Replenishment virtual sensory experiences He continues: “Here is a team led by Haruki Matsukura from the Tokyo University of Agriculture and Technology developed a technology for creating a fragrance. The aromas emitted by flowers or a cup of coffee seen on the screen come from capsules filled with scented gel, which are evaporated and blown onto the display by mini fans.

The flow of scented air is modified in such a way that the scent "emanates" from those parts of the screen where the scented object is visible. At the moment, the limitation of the solution is the ability to emit only one scent at a time. However, according to Japanese designers, it will soon be possible to change the aroma capsules in the device.

Breaking barriers

Designers go further. Image perception will greatly simplify and improve bypassing the need for expensive and not always perfect optics and even the imperfections of the human eye. Thus, a project was born that allows understanding the semantic difference between the words “see” and “see”. Virtual reality glasses, which are becoming more and more popular today, allow you to view images. Meanwhile, an invention called Glyph, which electrified not only the Kickstarter crowdfunding platform, will allow you to simply see, because the image from it should be displayed immediately on the retina - that is, as we understand it, partially replacing the eye. Inevitably, associations arise with the aforementioned Neuromancer, that is, the perception of the image directly by the nervous system.

9. Glyph - how it works

Glyph is designed for more than just play equipment. It is expected to work with smartphones and consumer electronics such as video players. For gamers, it has a head tracking mechanism, a built-in gyroscope and an accelerometer, that is, a "bionic" set of virtual reality. The company behind the Glypha, Avegant, claims that the image projected directly onto the lower part of the eye will be crisper and clearer. Nevertheless, it is worth waiting for the opinions of doctors, ophthalmologists and neurologists - what they think about this technique.
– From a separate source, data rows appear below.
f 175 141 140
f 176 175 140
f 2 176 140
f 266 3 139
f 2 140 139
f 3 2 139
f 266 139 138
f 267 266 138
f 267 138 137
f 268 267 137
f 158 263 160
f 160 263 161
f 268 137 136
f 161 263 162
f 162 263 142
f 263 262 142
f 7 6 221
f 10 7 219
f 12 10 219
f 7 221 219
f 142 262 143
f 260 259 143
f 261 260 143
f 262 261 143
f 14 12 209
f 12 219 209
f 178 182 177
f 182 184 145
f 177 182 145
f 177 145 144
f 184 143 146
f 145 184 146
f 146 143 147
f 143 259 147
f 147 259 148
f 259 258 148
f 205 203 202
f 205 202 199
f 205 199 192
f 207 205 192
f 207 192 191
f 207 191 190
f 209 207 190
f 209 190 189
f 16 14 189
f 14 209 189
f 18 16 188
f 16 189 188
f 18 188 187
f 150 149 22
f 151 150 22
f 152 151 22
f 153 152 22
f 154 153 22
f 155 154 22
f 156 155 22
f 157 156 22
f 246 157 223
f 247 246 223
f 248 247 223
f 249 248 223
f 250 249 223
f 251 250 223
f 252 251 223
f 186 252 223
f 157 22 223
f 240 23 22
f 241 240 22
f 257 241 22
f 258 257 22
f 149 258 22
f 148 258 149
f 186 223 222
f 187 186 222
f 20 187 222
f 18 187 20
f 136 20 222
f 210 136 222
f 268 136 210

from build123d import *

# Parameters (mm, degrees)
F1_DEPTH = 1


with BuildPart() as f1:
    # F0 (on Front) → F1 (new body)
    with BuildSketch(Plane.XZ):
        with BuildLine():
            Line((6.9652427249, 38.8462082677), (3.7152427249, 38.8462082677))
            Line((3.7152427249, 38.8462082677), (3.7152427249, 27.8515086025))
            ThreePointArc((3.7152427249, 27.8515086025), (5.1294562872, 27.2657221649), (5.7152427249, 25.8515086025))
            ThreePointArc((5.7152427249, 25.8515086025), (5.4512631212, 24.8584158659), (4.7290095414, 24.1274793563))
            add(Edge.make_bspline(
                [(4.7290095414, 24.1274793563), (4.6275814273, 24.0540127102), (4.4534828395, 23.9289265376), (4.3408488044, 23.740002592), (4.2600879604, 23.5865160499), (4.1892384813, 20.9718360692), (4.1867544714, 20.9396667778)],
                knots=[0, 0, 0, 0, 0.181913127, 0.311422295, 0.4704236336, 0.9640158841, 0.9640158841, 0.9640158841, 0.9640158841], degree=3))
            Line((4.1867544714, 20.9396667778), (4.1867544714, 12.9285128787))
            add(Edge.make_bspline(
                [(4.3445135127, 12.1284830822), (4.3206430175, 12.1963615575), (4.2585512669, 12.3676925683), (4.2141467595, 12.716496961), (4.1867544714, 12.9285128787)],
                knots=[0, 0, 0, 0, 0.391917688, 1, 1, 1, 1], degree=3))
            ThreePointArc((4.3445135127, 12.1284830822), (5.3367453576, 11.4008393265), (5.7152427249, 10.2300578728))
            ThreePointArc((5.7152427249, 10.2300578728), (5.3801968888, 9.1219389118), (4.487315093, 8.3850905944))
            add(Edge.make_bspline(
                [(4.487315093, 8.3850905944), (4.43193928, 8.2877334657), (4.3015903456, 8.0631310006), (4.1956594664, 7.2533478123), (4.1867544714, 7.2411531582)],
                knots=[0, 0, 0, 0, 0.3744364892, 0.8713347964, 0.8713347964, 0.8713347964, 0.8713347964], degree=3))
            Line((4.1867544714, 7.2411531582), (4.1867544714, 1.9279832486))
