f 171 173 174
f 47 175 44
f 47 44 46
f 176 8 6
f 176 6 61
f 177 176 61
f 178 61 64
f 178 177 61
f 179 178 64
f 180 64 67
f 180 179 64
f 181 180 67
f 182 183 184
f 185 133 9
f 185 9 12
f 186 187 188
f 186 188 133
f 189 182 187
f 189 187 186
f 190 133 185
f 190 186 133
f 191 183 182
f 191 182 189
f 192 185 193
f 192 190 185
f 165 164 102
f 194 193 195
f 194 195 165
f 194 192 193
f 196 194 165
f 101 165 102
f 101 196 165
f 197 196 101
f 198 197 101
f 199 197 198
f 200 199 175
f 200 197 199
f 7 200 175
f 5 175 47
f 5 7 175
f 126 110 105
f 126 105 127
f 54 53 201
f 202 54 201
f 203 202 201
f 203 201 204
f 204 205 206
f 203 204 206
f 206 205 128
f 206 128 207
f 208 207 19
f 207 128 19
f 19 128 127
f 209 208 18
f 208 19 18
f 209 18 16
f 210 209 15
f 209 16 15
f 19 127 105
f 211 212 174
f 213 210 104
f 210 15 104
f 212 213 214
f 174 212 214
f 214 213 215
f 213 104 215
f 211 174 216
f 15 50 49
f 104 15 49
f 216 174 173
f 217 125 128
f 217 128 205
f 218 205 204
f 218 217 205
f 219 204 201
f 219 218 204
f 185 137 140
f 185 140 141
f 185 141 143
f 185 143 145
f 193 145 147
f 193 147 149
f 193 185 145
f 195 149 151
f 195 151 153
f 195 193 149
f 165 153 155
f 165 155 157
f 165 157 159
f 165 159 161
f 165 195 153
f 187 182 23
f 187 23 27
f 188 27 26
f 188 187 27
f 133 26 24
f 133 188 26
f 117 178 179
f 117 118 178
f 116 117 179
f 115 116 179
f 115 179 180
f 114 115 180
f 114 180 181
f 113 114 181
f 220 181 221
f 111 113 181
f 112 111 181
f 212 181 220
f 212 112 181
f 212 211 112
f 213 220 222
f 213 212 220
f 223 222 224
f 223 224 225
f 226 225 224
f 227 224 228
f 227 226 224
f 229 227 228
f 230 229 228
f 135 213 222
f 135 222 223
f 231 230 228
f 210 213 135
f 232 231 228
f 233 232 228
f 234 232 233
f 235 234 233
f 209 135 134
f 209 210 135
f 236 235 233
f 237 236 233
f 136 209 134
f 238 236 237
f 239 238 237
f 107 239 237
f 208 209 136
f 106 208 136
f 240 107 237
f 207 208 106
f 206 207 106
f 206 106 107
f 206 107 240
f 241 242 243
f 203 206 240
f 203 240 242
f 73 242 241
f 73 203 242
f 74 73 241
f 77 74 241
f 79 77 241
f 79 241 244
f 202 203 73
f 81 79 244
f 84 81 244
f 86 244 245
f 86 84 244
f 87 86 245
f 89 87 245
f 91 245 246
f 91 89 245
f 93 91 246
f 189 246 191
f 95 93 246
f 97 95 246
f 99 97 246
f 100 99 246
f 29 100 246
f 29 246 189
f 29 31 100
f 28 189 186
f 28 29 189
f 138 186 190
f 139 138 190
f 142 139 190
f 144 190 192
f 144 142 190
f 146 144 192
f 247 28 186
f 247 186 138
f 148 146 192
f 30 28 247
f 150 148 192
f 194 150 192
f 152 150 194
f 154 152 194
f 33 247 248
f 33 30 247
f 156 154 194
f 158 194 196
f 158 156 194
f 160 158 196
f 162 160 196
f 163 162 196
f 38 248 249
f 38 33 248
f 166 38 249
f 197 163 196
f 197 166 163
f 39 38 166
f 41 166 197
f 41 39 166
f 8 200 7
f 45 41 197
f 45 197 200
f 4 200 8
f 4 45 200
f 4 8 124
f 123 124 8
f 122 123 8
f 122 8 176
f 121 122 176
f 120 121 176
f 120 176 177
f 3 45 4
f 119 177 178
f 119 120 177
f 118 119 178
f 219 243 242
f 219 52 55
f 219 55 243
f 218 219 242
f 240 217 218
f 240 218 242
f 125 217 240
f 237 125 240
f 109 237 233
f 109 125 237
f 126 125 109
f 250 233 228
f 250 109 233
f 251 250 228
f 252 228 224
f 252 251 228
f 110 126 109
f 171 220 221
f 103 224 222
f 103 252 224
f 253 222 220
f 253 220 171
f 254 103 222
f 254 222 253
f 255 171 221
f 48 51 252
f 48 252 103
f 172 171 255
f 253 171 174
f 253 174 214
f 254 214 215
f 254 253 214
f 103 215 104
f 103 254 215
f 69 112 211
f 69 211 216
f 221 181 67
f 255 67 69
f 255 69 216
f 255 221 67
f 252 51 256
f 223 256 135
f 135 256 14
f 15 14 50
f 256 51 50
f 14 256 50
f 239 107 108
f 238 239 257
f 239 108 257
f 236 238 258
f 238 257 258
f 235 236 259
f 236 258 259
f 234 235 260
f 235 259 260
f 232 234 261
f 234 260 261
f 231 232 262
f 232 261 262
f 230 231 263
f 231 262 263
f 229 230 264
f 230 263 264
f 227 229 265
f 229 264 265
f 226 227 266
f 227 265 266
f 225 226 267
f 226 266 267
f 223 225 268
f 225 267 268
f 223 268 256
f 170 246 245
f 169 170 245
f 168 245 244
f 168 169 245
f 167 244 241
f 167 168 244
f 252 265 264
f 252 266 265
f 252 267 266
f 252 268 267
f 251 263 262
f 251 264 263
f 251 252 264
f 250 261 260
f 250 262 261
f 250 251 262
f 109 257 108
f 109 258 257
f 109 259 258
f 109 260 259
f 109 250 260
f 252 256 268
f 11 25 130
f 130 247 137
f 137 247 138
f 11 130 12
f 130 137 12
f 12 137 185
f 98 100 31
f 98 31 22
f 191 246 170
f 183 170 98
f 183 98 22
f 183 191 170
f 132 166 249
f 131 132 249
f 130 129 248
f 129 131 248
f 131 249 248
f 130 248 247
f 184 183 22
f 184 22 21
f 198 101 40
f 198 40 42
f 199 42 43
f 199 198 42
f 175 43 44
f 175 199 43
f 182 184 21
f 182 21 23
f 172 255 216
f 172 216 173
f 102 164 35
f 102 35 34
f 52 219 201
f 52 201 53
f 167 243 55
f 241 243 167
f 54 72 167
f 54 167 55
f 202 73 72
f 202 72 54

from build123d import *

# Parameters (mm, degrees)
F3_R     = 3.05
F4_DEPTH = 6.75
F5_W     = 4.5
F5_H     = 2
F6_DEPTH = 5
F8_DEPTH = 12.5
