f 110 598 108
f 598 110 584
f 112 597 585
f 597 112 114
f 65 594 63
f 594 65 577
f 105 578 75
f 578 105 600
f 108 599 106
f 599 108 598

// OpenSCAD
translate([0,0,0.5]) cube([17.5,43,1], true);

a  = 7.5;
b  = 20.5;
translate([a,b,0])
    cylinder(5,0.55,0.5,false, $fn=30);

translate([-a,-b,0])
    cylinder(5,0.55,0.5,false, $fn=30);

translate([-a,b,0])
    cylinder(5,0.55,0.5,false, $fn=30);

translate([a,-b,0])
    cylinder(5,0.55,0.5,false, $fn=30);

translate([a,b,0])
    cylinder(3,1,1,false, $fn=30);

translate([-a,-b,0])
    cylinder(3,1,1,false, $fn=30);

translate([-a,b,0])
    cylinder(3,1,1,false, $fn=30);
Previously, it was called, in particular, about immersion not in the virtual world, but, for example, in books. It turns out that work is underway on a technology whose task will be to convert texts into 3D images.
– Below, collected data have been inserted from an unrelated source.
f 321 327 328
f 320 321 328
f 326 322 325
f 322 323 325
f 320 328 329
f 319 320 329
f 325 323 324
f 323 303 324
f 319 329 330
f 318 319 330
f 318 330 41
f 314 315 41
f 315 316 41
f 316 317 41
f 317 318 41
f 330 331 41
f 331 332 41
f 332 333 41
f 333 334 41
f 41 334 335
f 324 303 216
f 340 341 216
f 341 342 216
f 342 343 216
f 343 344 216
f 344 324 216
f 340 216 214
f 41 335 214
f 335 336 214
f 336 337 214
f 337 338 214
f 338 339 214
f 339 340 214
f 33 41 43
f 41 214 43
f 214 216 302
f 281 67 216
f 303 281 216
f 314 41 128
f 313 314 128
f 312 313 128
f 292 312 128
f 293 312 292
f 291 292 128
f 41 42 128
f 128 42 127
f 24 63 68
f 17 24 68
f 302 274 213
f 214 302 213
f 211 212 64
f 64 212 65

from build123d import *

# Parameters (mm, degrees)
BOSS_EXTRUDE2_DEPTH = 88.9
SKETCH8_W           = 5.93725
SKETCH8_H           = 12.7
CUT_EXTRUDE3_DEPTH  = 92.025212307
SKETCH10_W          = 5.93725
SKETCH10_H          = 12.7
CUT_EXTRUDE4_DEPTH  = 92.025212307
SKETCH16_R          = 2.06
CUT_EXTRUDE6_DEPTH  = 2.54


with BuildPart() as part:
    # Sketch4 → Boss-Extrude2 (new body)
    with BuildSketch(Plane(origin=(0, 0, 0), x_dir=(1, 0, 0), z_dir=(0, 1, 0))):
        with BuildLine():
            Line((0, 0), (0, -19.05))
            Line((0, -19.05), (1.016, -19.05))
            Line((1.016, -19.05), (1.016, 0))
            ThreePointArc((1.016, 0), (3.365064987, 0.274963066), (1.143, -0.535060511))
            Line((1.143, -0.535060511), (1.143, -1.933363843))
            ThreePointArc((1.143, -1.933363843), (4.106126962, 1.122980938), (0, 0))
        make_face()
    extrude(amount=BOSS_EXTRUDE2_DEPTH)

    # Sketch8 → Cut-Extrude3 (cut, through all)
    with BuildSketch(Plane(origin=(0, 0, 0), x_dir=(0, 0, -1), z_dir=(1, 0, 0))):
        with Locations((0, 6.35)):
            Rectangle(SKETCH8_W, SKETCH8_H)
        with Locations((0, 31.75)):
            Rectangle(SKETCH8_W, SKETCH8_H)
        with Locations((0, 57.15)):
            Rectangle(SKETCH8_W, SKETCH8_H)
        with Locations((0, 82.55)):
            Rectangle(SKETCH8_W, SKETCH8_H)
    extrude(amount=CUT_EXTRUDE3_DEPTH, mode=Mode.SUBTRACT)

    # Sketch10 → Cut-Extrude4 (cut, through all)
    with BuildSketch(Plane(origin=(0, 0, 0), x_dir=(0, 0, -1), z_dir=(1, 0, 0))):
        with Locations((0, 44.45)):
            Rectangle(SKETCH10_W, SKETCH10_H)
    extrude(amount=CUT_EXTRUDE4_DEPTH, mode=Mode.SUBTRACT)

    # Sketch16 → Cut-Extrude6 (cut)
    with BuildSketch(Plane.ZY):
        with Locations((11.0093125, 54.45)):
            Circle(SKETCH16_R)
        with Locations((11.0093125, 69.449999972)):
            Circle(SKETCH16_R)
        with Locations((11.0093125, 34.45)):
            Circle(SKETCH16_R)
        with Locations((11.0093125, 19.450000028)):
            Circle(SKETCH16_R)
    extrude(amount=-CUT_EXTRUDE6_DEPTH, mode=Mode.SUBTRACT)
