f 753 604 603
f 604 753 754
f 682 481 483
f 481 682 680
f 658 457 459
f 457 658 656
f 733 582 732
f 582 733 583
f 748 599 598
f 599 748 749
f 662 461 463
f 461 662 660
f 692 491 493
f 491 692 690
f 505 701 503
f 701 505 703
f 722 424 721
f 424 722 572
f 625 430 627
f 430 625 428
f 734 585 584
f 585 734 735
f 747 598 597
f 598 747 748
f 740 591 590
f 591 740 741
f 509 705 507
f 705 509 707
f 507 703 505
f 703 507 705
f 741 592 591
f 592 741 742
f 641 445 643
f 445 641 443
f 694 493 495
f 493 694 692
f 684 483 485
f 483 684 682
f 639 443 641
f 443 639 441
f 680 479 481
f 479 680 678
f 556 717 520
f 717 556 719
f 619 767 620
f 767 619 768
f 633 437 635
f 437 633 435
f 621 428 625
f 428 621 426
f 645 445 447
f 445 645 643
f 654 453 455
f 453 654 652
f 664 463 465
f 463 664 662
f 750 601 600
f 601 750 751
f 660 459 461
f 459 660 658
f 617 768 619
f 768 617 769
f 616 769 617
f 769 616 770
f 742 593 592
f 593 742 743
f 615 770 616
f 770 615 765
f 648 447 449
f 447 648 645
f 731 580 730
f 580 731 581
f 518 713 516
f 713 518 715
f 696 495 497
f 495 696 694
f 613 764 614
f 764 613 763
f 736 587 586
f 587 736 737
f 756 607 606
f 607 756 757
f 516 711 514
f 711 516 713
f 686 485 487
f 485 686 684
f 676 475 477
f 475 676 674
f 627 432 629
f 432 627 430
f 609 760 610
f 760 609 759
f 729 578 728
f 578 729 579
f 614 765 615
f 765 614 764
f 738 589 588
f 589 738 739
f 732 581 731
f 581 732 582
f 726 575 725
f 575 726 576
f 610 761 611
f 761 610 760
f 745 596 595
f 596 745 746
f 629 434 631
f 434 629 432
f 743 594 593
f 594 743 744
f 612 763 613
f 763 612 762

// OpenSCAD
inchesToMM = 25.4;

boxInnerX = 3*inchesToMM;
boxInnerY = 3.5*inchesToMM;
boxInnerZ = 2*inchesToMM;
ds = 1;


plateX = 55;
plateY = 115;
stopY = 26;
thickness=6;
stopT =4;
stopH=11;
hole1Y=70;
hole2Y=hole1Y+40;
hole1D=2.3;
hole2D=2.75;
This is what the MUSE (Machine Understanding for Interactive StorytElling) project is trying to do, which is defined as a translator of text into virtual reality. As prof. Dr. Marie-Francine Moens of Leuven, project coordinator, says the idea is to translate the actions, entities and objects in the text into visuals. Improved components for processing the semantic language of texts have been developed. These include recognition of semantic roles in sentences (i.e. "who", "what does", "where", "when", and "how"), spatial relationships between objects or people (where they are), and chronologies of events. . .

The solution is aimed at children. MUSE is designed to make it easier for them to learn to read, to help them develop inference, and ultimately to better understand the text. In addition, it is supposed to support the memorization and establishment of mutual links between texts (for example, when reading a text devoted to the exact sciences or biology).